BEGIN ENTRIES SUPPLIED

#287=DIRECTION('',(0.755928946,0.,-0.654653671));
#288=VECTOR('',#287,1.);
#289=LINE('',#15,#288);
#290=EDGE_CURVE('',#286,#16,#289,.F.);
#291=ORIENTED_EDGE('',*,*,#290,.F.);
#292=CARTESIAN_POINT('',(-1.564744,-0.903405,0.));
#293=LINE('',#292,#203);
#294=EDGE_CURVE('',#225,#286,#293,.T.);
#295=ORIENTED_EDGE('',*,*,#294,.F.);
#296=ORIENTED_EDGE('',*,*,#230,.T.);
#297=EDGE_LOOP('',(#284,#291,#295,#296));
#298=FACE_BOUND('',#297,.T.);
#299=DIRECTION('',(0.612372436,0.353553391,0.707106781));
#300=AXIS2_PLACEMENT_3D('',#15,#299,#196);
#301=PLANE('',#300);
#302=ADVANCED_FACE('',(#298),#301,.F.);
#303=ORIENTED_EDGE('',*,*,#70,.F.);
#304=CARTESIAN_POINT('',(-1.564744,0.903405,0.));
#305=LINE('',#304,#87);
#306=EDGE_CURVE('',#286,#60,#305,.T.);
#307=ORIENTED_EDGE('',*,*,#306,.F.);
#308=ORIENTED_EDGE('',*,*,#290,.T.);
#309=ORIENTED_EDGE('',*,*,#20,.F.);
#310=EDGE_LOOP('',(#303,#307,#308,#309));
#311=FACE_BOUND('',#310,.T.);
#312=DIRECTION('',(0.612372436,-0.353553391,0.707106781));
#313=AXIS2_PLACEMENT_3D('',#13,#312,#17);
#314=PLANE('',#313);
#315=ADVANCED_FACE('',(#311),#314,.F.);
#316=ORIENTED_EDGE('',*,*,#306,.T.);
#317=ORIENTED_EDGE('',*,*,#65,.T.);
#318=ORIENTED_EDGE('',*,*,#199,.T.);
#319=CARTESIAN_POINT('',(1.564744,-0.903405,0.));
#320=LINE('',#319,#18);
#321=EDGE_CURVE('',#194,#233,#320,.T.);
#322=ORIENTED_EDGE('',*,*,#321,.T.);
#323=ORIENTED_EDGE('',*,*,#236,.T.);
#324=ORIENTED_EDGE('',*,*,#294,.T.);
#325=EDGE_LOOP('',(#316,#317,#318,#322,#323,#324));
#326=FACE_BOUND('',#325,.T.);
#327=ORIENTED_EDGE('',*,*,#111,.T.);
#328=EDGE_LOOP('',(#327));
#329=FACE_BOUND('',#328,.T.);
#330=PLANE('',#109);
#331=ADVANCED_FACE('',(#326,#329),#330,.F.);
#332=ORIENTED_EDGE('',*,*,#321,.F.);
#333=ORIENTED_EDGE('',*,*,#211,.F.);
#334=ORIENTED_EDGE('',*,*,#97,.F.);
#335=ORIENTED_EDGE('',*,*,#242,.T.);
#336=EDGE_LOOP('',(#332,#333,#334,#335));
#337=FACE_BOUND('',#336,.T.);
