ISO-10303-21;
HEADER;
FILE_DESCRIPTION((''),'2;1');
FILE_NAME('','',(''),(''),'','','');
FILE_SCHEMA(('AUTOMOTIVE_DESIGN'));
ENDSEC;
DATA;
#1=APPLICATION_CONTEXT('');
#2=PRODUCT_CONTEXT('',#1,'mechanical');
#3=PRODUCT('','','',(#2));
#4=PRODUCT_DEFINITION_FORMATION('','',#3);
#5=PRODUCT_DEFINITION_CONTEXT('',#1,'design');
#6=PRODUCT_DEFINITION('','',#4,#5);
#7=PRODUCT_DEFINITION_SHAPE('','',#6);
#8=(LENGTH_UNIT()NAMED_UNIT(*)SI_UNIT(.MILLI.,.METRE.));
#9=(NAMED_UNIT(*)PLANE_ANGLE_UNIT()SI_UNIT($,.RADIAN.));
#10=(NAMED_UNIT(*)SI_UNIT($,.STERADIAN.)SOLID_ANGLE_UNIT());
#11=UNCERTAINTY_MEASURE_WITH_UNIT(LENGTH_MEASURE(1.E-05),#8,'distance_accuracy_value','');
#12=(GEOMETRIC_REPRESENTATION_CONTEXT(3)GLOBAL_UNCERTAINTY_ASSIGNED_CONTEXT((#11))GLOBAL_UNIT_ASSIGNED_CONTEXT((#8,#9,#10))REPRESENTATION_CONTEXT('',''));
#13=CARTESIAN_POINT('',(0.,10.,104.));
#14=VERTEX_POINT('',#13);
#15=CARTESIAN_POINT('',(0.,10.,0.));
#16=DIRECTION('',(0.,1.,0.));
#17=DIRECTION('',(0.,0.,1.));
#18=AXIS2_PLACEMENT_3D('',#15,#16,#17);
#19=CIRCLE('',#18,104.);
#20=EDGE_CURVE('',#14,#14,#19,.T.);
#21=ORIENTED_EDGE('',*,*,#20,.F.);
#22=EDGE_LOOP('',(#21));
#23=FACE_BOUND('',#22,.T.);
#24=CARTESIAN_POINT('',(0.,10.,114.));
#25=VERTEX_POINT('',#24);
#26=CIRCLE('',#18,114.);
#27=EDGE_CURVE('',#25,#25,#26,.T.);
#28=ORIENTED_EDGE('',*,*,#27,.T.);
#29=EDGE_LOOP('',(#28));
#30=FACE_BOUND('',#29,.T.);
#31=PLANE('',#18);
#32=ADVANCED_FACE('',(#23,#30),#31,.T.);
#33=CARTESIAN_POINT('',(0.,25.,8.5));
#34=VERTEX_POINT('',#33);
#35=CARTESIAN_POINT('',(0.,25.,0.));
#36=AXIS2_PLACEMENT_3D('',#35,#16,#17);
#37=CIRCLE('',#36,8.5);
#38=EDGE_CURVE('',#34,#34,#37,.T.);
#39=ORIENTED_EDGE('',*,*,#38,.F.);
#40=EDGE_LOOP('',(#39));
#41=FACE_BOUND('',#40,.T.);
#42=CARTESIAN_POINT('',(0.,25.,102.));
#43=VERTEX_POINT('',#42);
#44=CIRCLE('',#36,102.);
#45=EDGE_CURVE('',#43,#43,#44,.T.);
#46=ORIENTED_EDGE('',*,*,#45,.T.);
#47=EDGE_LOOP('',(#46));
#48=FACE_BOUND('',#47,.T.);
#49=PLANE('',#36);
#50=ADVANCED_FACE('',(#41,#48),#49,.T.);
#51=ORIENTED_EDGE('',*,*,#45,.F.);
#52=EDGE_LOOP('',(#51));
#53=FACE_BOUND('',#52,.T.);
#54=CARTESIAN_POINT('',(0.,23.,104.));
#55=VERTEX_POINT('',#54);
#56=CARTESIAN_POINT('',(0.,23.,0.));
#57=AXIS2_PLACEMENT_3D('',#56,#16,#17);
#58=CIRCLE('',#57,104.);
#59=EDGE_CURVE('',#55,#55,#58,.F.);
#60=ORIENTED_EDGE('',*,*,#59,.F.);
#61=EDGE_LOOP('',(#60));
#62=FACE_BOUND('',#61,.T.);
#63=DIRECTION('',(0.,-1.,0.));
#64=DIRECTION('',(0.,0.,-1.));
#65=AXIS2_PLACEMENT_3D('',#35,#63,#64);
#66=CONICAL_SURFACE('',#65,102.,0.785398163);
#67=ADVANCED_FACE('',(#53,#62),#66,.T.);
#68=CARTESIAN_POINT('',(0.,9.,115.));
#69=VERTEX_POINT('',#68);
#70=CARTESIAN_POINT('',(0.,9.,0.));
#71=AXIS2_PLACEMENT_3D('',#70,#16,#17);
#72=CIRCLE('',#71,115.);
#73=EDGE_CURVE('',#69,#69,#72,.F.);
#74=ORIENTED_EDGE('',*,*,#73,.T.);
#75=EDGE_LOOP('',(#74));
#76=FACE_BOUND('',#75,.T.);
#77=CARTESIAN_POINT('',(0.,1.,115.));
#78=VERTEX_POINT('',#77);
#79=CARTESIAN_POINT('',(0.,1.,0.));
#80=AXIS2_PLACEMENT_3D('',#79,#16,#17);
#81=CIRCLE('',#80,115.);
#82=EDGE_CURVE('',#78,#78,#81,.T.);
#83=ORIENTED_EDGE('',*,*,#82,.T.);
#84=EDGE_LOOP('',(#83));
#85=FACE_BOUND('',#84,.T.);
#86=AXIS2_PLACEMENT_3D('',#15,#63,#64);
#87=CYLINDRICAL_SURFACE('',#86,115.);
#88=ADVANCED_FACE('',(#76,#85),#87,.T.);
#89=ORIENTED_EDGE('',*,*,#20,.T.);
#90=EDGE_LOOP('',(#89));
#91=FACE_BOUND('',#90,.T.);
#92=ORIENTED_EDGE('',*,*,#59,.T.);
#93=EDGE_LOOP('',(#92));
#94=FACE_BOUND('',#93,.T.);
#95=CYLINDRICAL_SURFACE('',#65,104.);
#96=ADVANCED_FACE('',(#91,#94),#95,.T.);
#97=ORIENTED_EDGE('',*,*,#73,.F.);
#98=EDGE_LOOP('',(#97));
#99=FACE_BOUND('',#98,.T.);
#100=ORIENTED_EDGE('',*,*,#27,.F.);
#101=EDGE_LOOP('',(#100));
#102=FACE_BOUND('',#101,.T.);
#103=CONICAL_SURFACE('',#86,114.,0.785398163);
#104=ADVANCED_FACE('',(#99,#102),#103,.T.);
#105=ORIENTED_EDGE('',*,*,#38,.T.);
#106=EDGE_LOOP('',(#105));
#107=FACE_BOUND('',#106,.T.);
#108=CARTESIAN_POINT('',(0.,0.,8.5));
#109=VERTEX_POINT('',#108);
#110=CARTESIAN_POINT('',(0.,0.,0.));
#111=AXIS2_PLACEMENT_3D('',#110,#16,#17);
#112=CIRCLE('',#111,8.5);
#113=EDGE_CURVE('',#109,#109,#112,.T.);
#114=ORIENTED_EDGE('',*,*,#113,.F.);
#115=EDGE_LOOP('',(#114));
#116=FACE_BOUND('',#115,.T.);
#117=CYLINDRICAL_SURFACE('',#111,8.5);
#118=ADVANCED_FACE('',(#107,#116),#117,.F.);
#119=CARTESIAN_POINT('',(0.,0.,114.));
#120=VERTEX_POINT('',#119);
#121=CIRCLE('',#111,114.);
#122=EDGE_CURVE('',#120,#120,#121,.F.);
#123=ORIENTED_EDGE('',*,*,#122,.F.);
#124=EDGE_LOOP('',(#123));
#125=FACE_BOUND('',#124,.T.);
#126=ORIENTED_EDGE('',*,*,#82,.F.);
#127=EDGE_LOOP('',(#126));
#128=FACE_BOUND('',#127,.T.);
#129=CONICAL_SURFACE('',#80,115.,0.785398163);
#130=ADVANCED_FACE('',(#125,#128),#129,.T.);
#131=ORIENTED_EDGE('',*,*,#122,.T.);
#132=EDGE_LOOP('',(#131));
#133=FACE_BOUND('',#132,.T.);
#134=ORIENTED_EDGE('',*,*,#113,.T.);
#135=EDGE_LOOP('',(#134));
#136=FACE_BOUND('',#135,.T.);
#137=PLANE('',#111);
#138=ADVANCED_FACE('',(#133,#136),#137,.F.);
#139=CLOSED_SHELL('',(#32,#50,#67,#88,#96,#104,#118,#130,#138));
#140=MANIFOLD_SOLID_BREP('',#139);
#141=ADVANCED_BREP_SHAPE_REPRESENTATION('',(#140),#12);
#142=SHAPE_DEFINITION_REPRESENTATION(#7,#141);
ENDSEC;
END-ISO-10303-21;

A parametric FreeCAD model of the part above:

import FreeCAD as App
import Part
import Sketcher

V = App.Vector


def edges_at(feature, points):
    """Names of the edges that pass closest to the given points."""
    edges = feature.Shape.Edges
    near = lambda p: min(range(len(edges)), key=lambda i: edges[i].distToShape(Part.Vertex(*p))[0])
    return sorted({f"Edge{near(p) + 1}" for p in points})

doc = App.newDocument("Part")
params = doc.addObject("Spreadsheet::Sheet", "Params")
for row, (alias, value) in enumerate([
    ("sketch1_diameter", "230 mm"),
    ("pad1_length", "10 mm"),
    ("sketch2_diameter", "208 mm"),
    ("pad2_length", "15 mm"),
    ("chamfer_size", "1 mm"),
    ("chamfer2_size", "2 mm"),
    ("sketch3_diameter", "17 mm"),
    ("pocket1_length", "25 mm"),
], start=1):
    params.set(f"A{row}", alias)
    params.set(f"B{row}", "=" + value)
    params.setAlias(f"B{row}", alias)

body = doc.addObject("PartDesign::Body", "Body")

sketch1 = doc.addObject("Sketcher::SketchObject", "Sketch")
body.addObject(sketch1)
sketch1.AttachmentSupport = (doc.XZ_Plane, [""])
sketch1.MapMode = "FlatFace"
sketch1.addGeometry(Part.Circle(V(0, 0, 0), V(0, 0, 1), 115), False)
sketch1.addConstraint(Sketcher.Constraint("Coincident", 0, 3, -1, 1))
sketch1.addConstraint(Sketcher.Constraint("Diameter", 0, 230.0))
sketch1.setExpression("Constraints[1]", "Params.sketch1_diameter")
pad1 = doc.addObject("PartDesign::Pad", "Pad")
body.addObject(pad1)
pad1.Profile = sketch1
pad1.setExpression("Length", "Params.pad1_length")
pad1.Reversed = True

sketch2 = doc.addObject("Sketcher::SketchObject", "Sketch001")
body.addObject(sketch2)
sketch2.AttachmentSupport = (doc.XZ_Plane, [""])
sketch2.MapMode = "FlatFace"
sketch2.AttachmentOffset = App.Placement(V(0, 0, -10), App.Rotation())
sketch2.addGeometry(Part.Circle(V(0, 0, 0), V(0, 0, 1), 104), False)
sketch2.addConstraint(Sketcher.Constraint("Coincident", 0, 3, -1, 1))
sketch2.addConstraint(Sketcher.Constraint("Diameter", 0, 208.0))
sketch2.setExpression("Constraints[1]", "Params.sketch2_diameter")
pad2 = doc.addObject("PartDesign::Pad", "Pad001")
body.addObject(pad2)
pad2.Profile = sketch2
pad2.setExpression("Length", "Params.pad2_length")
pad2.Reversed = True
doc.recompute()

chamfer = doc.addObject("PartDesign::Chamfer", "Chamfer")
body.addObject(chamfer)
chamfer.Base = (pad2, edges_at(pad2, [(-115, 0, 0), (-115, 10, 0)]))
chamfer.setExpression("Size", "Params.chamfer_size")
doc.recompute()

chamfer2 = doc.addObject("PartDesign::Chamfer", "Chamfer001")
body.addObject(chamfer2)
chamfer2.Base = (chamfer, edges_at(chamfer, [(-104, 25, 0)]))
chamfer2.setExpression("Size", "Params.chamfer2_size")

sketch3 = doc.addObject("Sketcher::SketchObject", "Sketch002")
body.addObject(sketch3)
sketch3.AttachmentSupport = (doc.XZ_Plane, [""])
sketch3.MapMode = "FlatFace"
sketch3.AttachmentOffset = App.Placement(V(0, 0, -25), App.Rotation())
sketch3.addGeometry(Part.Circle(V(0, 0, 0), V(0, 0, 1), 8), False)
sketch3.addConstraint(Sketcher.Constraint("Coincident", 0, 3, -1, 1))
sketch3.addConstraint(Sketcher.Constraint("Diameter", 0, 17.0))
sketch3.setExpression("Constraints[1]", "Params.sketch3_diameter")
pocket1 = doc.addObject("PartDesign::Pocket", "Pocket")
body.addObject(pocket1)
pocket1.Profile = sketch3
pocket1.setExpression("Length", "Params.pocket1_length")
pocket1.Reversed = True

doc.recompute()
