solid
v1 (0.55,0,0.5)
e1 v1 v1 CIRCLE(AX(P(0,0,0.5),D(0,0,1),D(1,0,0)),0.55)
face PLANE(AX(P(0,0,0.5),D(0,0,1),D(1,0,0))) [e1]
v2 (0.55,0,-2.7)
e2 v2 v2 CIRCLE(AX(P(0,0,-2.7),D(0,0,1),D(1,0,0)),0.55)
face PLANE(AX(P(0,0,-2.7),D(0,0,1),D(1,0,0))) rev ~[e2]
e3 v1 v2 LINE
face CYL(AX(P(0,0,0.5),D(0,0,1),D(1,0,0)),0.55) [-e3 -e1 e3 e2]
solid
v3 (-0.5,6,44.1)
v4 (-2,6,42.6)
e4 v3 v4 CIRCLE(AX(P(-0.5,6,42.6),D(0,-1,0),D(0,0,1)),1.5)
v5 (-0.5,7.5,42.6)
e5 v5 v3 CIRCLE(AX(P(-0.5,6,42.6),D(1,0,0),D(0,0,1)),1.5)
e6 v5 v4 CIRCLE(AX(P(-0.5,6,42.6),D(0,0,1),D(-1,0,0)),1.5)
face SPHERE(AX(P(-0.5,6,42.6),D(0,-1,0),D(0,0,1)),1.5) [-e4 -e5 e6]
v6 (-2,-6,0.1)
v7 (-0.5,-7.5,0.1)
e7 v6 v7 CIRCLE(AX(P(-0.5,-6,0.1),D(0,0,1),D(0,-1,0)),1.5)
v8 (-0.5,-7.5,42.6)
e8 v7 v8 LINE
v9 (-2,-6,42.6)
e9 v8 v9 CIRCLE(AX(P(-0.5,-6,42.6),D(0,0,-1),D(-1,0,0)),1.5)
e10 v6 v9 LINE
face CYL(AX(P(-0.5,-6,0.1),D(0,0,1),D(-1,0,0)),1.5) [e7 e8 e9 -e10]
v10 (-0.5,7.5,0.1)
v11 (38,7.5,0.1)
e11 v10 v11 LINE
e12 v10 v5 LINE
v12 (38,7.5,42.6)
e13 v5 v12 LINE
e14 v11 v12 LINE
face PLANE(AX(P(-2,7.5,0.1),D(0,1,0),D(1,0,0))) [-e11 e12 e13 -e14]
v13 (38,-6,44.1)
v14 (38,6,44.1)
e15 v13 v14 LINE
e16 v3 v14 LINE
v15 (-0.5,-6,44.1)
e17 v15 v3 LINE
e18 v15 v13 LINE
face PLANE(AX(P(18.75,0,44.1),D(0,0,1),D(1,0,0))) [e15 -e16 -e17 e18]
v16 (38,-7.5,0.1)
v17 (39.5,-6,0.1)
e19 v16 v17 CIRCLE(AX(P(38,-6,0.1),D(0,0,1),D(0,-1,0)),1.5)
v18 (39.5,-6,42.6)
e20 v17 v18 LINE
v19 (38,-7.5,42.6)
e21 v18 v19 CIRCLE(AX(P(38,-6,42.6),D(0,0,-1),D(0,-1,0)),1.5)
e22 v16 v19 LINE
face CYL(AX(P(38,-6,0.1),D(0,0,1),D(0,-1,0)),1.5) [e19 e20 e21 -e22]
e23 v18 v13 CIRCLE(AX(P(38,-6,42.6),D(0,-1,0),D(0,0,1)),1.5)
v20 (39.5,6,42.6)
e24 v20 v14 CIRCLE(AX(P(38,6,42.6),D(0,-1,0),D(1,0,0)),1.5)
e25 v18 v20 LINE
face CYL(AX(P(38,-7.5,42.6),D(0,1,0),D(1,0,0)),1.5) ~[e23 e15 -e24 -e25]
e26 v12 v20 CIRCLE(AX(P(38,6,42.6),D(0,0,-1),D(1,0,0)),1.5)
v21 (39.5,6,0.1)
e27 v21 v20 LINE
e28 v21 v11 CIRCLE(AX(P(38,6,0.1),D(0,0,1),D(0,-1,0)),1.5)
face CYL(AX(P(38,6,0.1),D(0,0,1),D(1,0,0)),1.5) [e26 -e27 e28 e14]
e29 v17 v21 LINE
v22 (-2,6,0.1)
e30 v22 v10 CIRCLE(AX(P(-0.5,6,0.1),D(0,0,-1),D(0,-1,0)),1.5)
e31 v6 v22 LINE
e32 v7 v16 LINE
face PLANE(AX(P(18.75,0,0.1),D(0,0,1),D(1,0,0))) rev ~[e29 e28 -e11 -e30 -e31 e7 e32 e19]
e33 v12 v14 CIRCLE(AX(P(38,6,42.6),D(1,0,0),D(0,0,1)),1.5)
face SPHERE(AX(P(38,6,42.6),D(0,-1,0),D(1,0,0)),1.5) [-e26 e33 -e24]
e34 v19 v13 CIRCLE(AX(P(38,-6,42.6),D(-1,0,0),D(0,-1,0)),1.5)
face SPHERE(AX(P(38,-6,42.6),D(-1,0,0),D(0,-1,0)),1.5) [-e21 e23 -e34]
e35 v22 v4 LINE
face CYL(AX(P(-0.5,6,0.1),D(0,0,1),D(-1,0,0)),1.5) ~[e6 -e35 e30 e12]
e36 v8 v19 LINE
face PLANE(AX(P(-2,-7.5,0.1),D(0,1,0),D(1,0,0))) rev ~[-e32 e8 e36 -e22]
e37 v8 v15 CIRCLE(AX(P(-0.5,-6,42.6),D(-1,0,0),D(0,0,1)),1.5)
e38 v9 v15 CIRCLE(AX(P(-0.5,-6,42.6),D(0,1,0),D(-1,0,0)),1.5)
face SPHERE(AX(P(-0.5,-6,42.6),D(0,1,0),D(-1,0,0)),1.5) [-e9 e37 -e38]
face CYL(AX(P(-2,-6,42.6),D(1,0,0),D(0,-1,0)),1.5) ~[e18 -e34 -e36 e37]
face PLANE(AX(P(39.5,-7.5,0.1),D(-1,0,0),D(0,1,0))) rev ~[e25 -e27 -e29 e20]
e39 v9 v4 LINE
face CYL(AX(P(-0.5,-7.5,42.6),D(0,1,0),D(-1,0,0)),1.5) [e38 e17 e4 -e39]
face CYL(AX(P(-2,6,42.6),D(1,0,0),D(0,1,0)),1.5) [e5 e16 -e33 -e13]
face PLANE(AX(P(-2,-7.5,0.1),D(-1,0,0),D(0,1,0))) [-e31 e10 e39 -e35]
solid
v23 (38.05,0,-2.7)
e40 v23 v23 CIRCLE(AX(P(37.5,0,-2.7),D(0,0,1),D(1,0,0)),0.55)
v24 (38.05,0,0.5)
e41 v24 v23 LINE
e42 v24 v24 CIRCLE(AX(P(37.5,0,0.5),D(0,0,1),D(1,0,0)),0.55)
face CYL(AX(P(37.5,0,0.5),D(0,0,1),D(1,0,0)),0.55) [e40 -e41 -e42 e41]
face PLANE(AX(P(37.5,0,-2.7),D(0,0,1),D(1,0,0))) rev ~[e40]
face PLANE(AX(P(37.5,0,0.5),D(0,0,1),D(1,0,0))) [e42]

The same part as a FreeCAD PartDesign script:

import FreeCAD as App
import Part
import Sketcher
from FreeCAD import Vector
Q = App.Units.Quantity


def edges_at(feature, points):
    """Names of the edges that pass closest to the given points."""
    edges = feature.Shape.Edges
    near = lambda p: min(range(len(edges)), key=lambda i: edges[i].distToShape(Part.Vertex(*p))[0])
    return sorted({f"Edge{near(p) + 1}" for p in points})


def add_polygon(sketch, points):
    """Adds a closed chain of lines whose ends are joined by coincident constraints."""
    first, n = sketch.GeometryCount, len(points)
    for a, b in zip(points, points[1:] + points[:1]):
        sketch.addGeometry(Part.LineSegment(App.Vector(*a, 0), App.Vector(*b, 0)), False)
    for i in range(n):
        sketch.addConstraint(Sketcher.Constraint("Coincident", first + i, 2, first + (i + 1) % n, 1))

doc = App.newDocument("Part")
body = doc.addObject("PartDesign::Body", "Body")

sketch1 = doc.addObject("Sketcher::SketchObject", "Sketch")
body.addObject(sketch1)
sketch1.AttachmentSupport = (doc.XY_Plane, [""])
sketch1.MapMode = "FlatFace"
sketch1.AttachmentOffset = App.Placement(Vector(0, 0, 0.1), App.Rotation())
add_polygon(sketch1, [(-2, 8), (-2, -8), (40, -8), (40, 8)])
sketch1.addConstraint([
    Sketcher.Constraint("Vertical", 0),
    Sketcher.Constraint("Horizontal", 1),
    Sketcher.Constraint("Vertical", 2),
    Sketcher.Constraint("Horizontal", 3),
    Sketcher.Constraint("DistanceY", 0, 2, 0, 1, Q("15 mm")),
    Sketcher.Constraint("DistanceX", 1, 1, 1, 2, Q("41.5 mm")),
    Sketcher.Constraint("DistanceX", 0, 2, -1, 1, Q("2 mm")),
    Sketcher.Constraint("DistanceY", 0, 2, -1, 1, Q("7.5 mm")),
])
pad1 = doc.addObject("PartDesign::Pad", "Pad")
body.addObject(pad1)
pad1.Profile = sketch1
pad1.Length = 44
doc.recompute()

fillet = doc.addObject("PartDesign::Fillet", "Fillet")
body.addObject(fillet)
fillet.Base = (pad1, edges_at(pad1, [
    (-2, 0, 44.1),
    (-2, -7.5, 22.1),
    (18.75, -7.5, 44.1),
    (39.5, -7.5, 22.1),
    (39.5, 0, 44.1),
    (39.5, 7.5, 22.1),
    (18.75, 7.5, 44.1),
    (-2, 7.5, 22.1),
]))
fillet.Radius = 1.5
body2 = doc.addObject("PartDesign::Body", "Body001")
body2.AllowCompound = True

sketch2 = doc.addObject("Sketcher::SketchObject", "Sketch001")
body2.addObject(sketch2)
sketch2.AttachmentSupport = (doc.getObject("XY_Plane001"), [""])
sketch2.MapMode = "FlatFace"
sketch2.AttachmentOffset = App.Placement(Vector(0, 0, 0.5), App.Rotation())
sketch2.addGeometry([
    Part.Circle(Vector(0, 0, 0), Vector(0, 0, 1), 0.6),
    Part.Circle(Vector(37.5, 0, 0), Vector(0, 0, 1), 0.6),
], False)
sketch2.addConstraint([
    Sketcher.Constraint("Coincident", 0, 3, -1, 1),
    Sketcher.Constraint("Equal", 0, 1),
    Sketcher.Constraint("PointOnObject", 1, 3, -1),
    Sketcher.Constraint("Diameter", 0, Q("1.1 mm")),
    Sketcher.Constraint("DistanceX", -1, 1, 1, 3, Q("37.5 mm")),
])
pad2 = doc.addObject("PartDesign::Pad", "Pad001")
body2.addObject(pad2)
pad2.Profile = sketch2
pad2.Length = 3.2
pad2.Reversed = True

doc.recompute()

END ENTRIES SUPPLIED

* [HOW TO COMPLETE THIS TASK] Every line of the listing that holds the word "SPHERE" is to be found and copied.

* [ANSWER TO THIS PROBLEM]
face SPHERE(AX(P(-0.5,6,42.6),D(0,-1,0),D(0,0,1)),1.5) [-e4 -e5 e6]
face SPHERE(AX(P(38,6,42.6),D(0,-1,0),D(1,0,0)),1.5) [-e26 e33 -e24]
face SPHERE(AX(P(38,-6,42.6),D(-1,0,0),D(0,-1,0)),1.5) [-e21 e23 -e34]
face SPHERE(AX(P(-0.5,-6,42.6),D(0,1,0),D(-1,0,0)),1.5) [-e9 e37 -e38]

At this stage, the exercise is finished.